Provided entries: Begin

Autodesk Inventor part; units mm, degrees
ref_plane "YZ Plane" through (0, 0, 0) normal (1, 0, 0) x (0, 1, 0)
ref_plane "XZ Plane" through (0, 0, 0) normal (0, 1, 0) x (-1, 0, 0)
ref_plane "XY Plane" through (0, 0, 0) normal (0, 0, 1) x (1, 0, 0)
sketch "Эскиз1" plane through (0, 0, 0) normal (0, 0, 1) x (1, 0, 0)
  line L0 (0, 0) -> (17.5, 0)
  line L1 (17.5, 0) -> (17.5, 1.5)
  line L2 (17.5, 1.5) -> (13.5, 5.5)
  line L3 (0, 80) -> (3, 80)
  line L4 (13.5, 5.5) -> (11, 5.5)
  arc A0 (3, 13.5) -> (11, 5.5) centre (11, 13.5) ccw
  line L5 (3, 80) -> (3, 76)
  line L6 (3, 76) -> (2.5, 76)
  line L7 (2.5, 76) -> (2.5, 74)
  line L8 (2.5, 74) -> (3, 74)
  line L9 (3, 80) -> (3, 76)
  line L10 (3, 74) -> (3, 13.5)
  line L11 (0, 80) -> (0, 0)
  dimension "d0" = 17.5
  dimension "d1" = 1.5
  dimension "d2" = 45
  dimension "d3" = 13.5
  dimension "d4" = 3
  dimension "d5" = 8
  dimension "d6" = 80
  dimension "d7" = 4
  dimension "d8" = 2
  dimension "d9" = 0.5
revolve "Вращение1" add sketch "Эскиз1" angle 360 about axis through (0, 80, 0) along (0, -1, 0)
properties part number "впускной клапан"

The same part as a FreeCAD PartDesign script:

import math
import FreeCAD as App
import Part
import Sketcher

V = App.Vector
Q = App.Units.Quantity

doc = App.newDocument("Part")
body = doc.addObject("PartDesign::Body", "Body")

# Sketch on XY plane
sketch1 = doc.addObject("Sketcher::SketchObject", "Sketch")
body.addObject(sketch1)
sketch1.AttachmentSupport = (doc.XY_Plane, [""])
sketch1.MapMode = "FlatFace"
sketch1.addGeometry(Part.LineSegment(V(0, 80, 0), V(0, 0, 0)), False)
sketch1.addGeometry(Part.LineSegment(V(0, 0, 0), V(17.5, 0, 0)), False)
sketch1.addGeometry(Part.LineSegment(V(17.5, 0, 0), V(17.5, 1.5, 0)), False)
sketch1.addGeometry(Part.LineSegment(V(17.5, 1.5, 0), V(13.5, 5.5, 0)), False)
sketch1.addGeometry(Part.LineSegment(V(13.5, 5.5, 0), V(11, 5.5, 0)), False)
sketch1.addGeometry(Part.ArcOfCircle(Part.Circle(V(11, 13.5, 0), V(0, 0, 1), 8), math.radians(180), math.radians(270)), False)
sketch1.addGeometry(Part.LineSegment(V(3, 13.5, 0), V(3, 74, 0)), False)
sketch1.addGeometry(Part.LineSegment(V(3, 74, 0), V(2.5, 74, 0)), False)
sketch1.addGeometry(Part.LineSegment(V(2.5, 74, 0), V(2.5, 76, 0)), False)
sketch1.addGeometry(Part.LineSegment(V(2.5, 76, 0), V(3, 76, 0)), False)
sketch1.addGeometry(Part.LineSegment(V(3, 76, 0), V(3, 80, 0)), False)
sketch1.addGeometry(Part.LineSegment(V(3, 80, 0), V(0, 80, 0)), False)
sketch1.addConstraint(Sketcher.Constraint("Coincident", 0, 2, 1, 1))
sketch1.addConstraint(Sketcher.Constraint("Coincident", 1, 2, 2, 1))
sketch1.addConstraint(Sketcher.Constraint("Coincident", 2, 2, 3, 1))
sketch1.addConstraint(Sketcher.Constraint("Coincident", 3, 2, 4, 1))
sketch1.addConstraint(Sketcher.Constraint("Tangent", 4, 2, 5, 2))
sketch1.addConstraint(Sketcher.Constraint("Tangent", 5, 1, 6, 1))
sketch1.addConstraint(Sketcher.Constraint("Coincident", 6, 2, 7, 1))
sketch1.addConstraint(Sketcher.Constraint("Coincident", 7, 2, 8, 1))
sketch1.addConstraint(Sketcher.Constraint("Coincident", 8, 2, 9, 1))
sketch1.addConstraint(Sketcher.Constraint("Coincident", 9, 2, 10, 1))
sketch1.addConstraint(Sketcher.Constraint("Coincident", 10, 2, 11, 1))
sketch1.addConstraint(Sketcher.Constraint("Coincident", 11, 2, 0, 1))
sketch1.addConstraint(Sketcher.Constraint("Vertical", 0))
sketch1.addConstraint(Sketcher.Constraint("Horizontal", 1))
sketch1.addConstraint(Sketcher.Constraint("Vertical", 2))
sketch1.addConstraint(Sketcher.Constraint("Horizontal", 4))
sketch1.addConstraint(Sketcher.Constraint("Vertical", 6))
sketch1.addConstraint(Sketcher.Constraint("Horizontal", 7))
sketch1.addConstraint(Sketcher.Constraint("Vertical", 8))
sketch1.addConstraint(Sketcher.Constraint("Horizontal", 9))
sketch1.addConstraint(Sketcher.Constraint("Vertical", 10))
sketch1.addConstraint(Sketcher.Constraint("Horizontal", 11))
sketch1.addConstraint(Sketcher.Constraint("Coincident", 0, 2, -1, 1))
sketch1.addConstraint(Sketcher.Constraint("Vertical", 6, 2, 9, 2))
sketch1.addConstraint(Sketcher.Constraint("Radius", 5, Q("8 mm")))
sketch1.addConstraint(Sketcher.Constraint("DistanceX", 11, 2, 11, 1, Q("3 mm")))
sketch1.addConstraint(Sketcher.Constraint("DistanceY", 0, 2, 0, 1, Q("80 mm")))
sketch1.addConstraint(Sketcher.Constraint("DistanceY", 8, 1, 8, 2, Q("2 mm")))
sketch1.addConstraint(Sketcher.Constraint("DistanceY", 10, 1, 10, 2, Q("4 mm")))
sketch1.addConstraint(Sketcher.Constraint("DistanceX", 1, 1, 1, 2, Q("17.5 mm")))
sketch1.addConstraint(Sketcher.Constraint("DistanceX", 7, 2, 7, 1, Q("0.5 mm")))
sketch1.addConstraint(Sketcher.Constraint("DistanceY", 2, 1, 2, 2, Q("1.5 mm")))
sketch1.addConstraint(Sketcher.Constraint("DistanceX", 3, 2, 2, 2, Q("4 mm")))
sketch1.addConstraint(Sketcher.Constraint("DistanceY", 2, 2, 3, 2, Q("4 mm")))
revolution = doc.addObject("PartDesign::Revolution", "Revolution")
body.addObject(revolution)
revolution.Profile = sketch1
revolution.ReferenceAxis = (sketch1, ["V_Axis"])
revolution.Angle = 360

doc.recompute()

Provided entries: End
Provided entries: Begin

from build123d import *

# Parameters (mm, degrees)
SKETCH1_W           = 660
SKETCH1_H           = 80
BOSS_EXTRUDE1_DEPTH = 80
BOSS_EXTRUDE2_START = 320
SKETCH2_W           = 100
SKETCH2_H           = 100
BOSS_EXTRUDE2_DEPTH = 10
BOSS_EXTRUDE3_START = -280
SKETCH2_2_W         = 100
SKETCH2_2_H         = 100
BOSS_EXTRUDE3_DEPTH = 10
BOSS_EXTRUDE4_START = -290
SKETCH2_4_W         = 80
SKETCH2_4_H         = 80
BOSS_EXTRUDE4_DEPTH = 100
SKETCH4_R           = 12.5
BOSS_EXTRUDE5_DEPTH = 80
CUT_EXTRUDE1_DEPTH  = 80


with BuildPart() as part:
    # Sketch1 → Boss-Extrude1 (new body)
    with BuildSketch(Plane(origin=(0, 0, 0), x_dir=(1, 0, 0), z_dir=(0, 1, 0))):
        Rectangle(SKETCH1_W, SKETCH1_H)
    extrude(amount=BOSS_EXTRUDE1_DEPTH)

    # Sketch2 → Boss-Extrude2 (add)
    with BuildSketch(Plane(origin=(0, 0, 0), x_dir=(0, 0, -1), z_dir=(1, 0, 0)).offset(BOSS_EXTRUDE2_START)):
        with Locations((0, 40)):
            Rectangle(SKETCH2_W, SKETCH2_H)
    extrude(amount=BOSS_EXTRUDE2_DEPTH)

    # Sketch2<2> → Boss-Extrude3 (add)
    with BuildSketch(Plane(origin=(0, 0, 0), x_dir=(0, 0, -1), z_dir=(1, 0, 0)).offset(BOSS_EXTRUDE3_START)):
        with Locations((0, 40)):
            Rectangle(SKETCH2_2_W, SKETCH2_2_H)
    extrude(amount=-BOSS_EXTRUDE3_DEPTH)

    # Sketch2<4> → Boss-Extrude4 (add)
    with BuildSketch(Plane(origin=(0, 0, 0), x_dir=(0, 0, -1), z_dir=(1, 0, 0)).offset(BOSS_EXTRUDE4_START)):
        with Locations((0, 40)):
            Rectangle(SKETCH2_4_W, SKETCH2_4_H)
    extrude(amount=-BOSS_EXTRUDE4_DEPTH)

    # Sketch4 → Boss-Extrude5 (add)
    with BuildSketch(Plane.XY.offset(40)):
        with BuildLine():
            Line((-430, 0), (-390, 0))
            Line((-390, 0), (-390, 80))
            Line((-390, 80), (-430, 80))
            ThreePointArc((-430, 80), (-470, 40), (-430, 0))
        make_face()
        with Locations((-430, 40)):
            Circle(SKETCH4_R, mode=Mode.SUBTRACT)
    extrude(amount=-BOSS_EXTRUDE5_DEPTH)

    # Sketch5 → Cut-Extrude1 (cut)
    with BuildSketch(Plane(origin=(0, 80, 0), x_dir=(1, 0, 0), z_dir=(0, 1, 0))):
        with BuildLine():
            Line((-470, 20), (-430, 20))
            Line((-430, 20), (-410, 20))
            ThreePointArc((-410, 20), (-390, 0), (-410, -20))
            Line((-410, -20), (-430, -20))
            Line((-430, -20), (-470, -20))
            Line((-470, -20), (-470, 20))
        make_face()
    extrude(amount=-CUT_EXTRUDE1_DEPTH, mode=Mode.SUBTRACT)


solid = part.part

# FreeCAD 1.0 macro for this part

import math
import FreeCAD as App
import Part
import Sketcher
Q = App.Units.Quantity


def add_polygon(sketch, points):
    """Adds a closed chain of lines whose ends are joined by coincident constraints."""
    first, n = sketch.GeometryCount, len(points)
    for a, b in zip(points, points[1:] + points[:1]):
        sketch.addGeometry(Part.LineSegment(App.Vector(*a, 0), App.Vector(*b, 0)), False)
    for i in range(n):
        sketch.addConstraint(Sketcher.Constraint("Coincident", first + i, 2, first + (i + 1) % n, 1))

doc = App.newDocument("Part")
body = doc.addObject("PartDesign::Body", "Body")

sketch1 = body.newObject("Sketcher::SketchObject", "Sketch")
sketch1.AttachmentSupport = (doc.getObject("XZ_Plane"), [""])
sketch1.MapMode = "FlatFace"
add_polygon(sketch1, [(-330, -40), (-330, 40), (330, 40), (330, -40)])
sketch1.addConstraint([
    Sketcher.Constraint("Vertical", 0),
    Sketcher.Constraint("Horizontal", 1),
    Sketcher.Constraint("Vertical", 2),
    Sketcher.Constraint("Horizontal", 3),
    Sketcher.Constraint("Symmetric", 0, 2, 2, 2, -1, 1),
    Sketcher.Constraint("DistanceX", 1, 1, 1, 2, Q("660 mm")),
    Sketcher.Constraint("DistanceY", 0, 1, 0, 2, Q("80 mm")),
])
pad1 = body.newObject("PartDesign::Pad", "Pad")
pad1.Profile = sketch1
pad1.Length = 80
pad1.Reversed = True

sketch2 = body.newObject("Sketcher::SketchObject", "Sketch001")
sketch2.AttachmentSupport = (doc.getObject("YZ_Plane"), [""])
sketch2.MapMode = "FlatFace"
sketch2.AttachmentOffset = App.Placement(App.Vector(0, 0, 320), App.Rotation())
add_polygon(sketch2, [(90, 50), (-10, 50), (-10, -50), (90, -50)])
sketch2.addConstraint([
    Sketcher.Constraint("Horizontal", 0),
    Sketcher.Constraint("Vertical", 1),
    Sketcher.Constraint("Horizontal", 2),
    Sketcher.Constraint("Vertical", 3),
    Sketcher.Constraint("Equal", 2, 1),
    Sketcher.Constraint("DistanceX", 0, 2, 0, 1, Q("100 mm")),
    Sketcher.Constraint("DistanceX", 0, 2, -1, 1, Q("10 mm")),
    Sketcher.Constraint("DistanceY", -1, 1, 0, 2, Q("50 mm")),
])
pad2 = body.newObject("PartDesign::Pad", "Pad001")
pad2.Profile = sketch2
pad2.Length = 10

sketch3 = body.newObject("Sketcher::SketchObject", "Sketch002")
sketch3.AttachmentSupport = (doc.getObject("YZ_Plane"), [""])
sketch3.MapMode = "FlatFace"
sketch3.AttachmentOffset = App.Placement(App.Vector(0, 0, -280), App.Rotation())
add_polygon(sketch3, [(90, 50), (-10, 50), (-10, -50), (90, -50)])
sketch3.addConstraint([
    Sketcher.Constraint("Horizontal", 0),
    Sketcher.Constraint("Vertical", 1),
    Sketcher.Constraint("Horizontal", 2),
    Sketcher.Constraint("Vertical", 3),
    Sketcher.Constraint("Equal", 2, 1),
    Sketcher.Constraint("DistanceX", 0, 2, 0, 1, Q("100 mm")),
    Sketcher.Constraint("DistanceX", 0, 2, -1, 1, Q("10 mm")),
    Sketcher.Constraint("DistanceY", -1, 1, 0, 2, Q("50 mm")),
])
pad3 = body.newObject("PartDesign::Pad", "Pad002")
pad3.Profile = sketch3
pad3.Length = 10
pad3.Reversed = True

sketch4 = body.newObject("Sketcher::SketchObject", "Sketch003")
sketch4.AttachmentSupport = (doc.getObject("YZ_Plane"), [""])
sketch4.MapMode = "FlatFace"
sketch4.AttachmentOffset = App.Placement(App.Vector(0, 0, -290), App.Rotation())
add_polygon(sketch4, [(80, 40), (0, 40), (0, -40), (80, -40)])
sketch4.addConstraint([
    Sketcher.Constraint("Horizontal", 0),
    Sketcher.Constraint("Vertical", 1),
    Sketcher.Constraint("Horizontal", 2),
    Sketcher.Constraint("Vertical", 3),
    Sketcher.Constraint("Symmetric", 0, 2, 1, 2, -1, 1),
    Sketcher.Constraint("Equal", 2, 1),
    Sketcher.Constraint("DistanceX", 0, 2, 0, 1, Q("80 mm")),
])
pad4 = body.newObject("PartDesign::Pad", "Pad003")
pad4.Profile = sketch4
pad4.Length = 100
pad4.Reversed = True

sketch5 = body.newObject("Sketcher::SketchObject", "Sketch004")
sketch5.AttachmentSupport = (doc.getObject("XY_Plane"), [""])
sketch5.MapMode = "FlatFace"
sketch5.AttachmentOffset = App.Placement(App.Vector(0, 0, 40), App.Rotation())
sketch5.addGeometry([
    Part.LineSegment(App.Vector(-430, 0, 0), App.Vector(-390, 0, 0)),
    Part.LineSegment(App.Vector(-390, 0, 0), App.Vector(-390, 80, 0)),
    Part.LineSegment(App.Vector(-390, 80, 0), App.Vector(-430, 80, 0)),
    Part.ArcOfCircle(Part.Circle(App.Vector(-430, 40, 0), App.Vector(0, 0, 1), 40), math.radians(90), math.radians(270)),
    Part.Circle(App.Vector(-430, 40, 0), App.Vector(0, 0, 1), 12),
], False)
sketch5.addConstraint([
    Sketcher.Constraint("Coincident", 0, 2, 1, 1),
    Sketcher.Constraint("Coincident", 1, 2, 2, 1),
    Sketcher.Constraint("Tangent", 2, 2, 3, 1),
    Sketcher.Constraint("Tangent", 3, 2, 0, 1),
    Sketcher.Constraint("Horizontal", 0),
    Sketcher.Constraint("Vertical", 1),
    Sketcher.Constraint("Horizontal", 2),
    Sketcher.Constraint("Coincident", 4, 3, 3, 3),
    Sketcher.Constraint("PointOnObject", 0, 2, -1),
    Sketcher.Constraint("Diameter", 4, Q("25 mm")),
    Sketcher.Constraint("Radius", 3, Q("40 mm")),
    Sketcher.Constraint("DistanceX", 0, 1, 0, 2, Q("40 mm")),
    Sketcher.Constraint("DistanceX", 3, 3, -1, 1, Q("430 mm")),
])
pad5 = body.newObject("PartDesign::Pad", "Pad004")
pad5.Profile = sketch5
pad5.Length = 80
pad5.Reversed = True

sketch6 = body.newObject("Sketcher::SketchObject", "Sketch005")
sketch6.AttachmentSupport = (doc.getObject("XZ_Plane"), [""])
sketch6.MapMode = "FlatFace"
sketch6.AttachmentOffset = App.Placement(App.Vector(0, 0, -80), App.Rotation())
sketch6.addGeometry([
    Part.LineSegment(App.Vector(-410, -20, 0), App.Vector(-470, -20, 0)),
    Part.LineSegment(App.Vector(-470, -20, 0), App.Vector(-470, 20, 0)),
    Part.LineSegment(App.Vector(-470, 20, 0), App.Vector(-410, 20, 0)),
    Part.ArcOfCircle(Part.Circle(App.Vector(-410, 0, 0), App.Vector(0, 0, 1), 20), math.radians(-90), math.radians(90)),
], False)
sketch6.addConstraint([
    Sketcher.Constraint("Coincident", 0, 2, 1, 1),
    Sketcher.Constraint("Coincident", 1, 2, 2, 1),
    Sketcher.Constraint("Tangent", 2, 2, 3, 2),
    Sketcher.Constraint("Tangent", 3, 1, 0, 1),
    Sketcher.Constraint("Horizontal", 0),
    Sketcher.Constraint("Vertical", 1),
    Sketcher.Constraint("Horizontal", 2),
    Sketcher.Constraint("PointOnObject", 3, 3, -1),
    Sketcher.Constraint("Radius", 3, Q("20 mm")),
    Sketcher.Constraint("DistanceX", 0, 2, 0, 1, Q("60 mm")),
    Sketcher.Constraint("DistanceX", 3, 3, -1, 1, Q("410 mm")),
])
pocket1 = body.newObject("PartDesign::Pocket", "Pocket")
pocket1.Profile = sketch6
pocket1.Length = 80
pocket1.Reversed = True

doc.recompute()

Provided entries: End

What needs to be done: Report how many lines of the entries hold the word "ThreePointArc". Nothing else is needed.

Response to this task: 2